しかし、この Simulink 使えるデータの種別は Fortran のごとく、整数、実数 などの Primitive と複素数とその配列が基本で、構造体データを扱うに事は直接は出来なかったと思う。C 言語で拡張ブロックを作る S-Function と言う機能もあるので、その中で構造体を定義して、色々と便利を図っても、結局そのスコープはそのブロック内に限定されるので、ブロック間で大域的に複雑なデータ構造を共有するのは難しい。
今、一番しんどいのは、条件・状態に応じて、機能ごとにレイヤを組んで、レイヤ間でデータを渡す際に、送信先のレイヤで適切なブロックを選択する処理の部分である。Simulink では C 言語に模して、if, switch などのブロックも有るが、モジュールとしての粒度が荒いので、少し便利にしようと思うとあっという間に蜘蛛の巣である。*1 今まで JavaC++ でプログラムを組んできた身にしては、このまどろっこしさは相当なストレスに感じる。

結局、何が足りないんだろうか。配列を渡し、その索引番号に意味を定義し、それを確認しながら、なんでこんな事をしなければあかんのかと、自問自答することが多い。結局、オブジェクトを構成する*2 データのまとまりに対して、識別子を設定して、それを活用できないからだろうなと思う。最初は気づかなかったが、送信する配列データに物理量だけではなく、実体を表す識別子の分だけ、1つ余計に次元を取る必要があったのだ。*3 今まで、JavaC++ などのオブジェクト指向言語の場合は空気や水のように自然と定義でき、当たり前のように利用していたから、それに気づかずにいたが、いざ明示的に支援されないと、かなり苦しい。
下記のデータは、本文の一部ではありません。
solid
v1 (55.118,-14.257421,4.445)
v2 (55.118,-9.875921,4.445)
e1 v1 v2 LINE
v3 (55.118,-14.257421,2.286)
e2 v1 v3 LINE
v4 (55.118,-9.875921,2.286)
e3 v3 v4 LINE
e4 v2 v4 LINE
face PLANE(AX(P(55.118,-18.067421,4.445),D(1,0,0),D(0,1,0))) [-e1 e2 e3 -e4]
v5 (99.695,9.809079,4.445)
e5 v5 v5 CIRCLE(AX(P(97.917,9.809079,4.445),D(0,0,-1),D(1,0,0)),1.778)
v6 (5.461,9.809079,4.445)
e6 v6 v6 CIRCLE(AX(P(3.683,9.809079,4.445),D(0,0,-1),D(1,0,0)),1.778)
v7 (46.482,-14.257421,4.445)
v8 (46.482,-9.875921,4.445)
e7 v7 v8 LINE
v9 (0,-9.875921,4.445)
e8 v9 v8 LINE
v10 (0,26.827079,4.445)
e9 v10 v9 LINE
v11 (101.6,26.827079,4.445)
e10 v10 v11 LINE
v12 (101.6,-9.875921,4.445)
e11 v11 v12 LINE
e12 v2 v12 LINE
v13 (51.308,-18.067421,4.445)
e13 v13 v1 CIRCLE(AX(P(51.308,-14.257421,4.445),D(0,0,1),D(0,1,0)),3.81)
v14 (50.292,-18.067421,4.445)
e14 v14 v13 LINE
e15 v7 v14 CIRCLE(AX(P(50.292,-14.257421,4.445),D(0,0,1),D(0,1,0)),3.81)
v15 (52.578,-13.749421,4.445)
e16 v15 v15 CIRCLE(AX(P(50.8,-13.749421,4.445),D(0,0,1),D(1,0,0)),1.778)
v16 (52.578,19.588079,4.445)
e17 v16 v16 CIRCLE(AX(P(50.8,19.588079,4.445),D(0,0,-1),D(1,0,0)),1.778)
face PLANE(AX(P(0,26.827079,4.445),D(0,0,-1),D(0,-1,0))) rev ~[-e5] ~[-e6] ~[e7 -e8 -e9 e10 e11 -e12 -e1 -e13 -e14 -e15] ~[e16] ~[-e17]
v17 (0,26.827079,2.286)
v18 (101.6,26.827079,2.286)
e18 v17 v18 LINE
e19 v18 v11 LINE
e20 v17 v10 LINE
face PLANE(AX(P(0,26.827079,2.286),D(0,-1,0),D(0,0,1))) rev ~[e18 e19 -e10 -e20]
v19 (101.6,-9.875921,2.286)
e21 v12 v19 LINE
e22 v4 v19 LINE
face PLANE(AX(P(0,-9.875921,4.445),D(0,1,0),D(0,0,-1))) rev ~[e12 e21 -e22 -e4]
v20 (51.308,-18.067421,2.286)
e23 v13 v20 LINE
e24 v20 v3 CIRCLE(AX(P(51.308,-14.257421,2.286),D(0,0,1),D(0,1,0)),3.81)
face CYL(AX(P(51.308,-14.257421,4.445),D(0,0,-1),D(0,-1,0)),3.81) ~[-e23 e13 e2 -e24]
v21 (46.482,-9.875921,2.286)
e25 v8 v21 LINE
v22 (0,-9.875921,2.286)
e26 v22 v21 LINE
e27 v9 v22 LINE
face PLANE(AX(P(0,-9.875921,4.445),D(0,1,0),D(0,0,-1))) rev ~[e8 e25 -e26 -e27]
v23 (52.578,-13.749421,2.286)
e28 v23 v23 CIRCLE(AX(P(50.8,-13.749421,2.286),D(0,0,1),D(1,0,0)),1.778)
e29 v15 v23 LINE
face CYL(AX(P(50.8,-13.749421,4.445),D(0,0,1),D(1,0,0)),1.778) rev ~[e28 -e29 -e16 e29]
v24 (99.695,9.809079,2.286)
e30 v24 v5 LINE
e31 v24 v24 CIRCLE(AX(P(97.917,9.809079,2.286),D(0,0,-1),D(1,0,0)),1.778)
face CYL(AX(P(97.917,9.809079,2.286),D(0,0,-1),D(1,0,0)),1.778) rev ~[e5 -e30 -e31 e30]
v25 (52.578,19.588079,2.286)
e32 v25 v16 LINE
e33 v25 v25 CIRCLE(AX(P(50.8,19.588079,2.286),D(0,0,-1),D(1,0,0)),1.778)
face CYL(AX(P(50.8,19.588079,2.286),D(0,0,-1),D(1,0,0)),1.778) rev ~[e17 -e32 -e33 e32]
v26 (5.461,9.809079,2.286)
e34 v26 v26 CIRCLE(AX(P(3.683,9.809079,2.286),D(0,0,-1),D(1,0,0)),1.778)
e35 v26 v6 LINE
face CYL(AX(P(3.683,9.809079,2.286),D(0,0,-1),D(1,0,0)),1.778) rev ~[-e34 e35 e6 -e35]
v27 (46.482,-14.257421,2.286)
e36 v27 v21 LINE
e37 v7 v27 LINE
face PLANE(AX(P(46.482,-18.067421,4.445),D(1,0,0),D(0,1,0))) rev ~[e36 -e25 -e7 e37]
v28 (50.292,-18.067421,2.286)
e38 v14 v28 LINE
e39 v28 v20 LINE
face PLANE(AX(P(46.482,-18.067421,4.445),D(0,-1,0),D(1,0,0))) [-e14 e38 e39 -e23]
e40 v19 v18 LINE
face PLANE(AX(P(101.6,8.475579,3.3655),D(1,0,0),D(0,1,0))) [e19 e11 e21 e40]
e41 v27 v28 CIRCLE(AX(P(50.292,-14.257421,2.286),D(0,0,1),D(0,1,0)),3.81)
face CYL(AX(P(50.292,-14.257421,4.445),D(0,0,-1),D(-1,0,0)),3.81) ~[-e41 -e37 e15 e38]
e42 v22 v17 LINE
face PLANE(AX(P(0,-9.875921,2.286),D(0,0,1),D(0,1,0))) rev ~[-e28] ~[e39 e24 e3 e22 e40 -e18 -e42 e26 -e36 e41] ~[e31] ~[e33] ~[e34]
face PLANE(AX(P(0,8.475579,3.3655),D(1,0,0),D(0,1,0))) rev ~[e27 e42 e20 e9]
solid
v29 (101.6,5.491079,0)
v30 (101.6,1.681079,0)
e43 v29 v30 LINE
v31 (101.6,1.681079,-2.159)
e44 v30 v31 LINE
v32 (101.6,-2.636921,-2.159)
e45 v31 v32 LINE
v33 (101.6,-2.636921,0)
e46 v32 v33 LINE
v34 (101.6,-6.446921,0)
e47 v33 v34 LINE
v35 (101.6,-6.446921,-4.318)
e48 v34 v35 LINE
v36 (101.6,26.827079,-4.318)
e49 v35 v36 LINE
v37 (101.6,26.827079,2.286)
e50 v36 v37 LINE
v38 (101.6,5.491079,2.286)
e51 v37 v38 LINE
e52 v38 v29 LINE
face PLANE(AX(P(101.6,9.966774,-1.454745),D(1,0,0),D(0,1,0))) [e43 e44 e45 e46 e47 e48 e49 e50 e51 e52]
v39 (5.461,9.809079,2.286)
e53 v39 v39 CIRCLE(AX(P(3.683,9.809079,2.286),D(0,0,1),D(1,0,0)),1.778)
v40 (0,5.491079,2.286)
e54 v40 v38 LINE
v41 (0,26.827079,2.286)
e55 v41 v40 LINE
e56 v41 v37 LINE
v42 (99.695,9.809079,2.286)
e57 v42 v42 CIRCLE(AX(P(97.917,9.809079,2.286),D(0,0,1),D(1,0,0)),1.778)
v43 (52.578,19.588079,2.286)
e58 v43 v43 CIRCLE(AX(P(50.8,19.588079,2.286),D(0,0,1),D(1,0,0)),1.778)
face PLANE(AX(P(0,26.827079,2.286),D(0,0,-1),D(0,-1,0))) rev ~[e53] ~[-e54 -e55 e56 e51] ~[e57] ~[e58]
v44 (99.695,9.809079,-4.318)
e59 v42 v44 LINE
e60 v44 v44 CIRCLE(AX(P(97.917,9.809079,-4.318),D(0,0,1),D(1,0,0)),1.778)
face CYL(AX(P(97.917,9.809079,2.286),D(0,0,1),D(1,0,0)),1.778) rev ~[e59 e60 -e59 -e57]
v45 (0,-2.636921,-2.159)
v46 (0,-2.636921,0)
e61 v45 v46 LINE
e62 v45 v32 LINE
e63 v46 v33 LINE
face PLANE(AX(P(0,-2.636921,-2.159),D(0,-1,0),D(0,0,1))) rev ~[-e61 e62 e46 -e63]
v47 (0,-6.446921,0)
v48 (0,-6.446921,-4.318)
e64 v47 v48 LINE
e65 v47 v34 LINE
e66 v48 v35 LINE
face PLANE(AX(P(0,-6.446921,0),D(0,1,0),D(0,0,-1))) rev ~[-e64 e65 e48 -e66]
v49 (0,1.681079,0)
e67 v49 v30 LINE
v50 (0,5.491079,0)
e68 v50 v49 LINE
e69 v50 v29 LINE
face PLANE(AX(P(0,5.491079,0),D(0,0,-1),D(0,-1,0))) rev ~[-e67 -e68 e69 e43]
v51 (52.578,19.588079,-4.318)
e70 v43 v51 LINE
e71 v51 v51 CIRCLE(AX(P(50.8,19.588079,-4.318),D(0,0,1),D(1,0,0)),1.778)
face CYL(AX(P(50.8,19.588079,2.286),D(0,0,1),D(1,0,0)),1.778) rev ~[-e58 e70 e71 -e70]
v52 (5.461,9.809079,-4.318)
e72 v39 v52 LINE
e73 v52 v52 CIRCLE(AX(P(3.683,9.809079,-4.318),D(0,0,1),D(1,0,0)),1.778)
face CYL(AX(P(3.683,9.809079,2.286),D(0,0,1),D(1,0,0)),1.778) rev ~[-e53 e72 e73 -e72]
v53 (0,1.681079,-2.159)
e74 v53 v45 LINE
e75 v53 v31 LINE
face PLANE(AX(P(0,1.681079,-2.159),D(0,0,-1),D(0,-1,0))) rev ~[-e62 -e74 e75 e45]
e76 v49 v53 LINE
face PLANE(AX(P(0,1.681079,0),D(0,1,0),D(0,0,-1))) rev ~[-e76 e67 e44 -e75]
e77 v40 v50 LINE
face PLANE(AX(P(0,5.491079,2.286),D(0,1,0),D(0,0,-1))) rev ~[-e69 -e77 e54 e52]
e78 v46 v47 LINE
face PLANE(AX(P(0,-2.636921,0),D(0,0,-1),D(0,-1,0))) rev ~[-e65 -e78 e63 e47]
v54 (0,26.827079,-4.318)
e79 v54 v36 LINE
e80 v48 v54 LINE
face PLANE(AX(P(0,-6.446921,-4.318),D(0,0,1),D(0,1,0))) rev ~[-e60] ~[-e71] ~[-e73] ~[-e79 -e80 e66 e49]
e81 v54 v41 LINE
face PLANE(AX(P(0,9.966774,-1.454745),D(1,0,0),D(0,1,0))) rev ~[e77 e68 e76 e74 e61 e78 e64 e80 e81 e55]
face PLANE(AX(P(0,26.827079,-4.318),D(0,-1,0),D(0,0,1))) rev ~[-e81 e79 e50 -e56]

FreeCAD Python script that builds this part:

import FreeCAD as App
import Part
import Sketcher

V = App.Vector
Q = App.Units.Quantity


def edges_at(feature, points):
    """Names of the edges that pass closest to the given points."""
    edges = feature.Shape.Edges
    near = lambda p: min(range(len(edges)), key=lambda i: edges[i].distToShape(Part.Vertex(*p))[0])
    return sorted({f"Edge{near(p) + 1}" for p in points})


def add_polygon(sketch, points):
    """Adds a closed chain of lines whose ends are joined by coincident constraints."""
    first, n = sketch.GeometryCount, len(points)
    for a, b in zip(points, points[1:] + points[:1]):
        sketch.addGeometry(Part.LineSegment(App.Vector(*a, 0), App.Vector(*b, 0)), False)
    for i in range(n):
        sketch.addConstraint(Sketcher.Constraint("Coincident", first + i, 2, first + (i + 1) % n, 1))

doc = App.newDocument("Part")
body = doc.addObject("PartDesign::Body", "Body")

# Sketch on YZ plane
sketch1 = body.newObject("Sketcher::SketchObject", "Sketch")
sketch1.AttachmentSupport = (doc.getObject("YZ_Plane"), [""])
sketch1.MapMode = "FlatFace"
add_polygon(sketch1, [(-6.446921, 0), (-6.446921, -4.318), (26.827079, -4.318), (26.827079, 2.286), (5.491079, 2.286), (5.491079, 0), (1.681079, 0), (1.681079, -2.159), (-2.636921, -2.159), (-2.636921, 0)])  # lines 0-9
sketch1.addConstraint(Sketcher.Constraint("Vertical", 0))
sketch1.addConstraint(Sketcher.Constraint("Horizontal", 1))
sketch1.addConstraint(Sketcher.Constraint("Vertical", 2))
sketch1.addConstraint(Sketcher.Constraint("Horizontal", 3))
sketch1.addConstraint(Sketcher.Constraint("Vertical", 4))
sketch1.addConstraint(Sketcher.Constraint("Horizontal", 5))
sketch1.addConstraint(Sketcher.Constraint("Vertical", 6))
sketch1.addConstraint(Sketcher.Constraint("Horizontal", 7))
sketch1.addConstraint(Sketcher.Constraint("Vertical", 8))
sketch1.addConstraint(Sketcher.Constraint("Horizontal", 9))
sketch1.addConstraint(Sketcher.Constraint("PointOnObject", 4, 2, -1))
sketch1.addConstraint(Sketcher.Constraint("PointOnObject", 8, 2, -1))
sketch1.addConstraint(Sketcher.Constraint("Equal", 5, 9))
sketch1.addConstraint(Sketcher.Constraint("Equal", 7, 0))
sketch1.addConstraint(Sketcher.Constraint("DistanceX", 1, 1, 1, 2, Q("1.31 in")))
sketch1.addConstraint(Sketcher.Constraint("DistanceX", 3, 2, 3, 1, Q("0.84 in")))
sketch1.addConstraint(Sketcher.Constraint("DistanceX", 5, 2, 5, 1, Q("0.15 in")))
sketch1.addConstraint(Sketcher.Constraint("DistanceY", 2, 1, 2, 2, Q("0.26 in")))
sketch1.addConstraint(Sketcher.Constraint("DistanceY", 6, 2, 6, 1, Q("0.085 in")))
sketch1.addConstraint(Sketcher.Constraint("DistanceX", 0, 2, -1, 1, 6.446921))
pad1 = body.newObject("PartDesign::Pad", "Pad")
pad1.Profile = sketch1
pad1.Length = Q("4 in")

# Sketch on XY plane
sketch2 = body.newObject("Sketcher::SketchObject", "Sketch001")
sketch2.AttachmentSupport = (doc.getObject("XY_Plane"), [""])
sketch2.MapMode = "FlatFace"
sketch2.AttachmentOffset = App.Placement(V(0, 0, 0.09 * 25.4), App.Rotation())
sketch2.addGeometry(Part.Circle(V(97.917, 9.809079, 0), V(0, 0, 1), 1.778), False)
sketch2.addGeometry(Part.Circle(V(3.683, 9.809079, 0), V(0, 0, 1), 1.778), False)
sketch2.addGeometry(Part.Circle(V(50.8, 19.588079, 0), V(0, 0, 1), 1.778), False)
sketch2.addConstraint(Sketcher.Constraint("Equal", 0, 1))
sketch2.addConstraint(Sketcher.Constraint("Equal", 1, 2))
sketch2.addConstraint(Sketcher.Constraint("Horizontal", 0, 3, 1, 3))
sketch2.addConstraint(Sketcher.Constraint("Diameter", 0, Q("0.14 in")))
sketch2.addConstraint(Sketcher.Constraint("DistanceX", -1, 1, 2, 3, Q("2 in")))
sketch2.addConstraint(Sketcher.Constraint("DistanceX", 1, 3, 0, 3, Q("3.71 in")))
sketch2.addConstraint(Sketcher.Constraint("DistanceX", -1, 1, 0, 3, Q("3.855 in")))
sketch2.addConstraint(Sketcher.Constraint("DistanceY", 1, 3, 2, 3, Q("0.385 in")))
sketch2.addConstraint(Sketcher.Constraint("DistanceY", -1, 1, 0, 3, 9.809079))
pocket1 = body.newObject("PartDesign::Pocket", "Pocket")
pocket1.Profile = sketch2
pocket1.Type = "ThroughAll"
body2 = doc.addObject("PartDesign::Body", "Body001")

# Sketch on YZ plane
sketch3 = body2.newObject("Sketcher::SketchObject", "Sketch002")
sketch3.AttachmentSupport = (doc.getObject("YZ_Plane001"), [""])
sketch3.MapMode = "FlatFace"
add_polygon(sketch3, [(-9.875921, 4.445), (-9.875921, 2.286), (26.827079, 2.286), (26.827079, 4.445)])  # lines 0-3
sketch3.addConstraint(Sketcher.Constraint("Vertical", 0))
sketch3.addConstraint(Sketcher.Constraint("Horizontal", 1))
sketch3.addConstraint(Sketcher.Constraint("Vertical", 2))
sketch3.addConstraint(Sketcher.Constraint("Horizontal", 3))
sketch3.addConstraint(Sketcher.Constraint("DistanceX", 1, 1, 1, 2, Q("1.445 in")))
sketch3.addConstraint(Sketcher.Constraint("DistanceY", 0, 2, 0, 1, Q("0.085 in")))
sketch3.addConstraint(Sketcher.Constraint("DistanceY", -1, 1, 0, 2, Q("0.09 in")))
sketch3.addConstraint(Sketcher.Constraint("DistanceX", 0, 2, -1, 1, 9.875921))
pad2 = body2.newObject("PartDesign::Pad", "Pad001")
pad2.Profile = sketch3
pad2.Length = Q("4 in")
昔、関数を基本モジュールとした構造化設計に対して、オブジェクト指向がでてきた時に、それこそ銀の弾丸のごとく持てはやされていた時期が合ったが、分かるような気がする。確かに実体を実体のまま、モジュール化して自然に扱えると言うのは非常に便利な物である。改めてそう思った。構造化設計だとデータとオブジェクトの区分けは明確にならないし、それ故に状態管理などのスコープが曖昧で、システムが必要以上に複雑になるケースも多いと思う。少なくとも今のわたしが Matlab + Simulink + C 言語ベースの S-Function で陥っているのは、そうした事態のようだ。

慣れの問題だろうか。しかし慣れる必要があるのだろうか。以前 mixi で Eclipse を使ってJava を覚えると、プログラミングの基礎が疎かになるのかといった論議を投げかけた事があるが、一度はオブジェクト指向外の言語で、オブジェクト指向に挑戦しないとオブジェクト指向の本当の意味での基礎が出来上がらないのだろうか。また昔読んだオブジェクト指向システム開発の本*4 で、Fortran を使う場合の実装手法について書いてあったのを読んだ記憶がある。「へー」と思いながら自分とは全然関係の無い話だと思って読んでいたが、まさかこんな場面で似たような状況に出くわすとは、不思議な話である。こうした事項も基本として知っておくのも悪くないが、業務として考えると何らかの対策が必要だと思うのだが。さてどうしたものか。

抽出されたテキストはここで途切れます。